**Directions for this task**
Go to the line that contains "f 248 263 262" and transcribe from there to the end of the entries, that line and the last one included.

[[ Data listing open ]]

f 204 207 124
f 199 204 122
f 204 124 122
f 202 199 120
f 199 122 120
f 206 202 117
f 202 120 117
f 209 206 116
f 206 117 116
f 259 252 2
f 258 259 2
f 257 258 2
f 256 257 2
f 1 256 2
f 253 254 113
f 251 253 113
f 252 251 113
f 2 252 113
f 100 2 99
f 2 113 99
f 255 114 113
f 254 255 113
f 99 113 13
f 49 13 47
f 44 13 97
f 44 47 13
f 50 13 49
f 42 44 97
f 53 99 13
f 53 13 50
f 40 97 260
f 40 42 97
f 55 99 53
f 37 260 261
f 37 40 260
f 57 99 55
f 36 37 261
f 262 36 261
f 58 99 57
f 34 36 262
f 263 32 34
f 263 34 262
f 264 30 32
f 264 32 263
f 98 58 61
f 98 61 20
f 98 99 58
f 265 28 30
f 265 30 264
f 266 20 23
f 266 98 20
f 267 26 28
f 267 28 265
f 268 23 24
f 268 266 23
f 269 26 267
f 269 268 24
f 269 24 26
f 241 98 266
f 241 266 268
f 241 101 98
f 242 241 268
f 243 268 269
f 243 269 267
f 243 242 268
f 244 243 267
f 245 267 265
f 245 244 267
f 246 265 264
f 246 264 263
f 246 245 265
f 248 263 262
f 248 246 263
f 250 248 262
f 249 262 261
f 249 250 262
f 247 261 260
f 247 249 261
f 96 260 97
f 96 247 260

[[ Data listing closed ]]

**Response to the task**
f 248 263 262
f 248 246 263
f 250 248 262
f 249 262 261
f 249 250 262
f 247 261 260
f 247 249 261
f 96 260 97
f 96 247 260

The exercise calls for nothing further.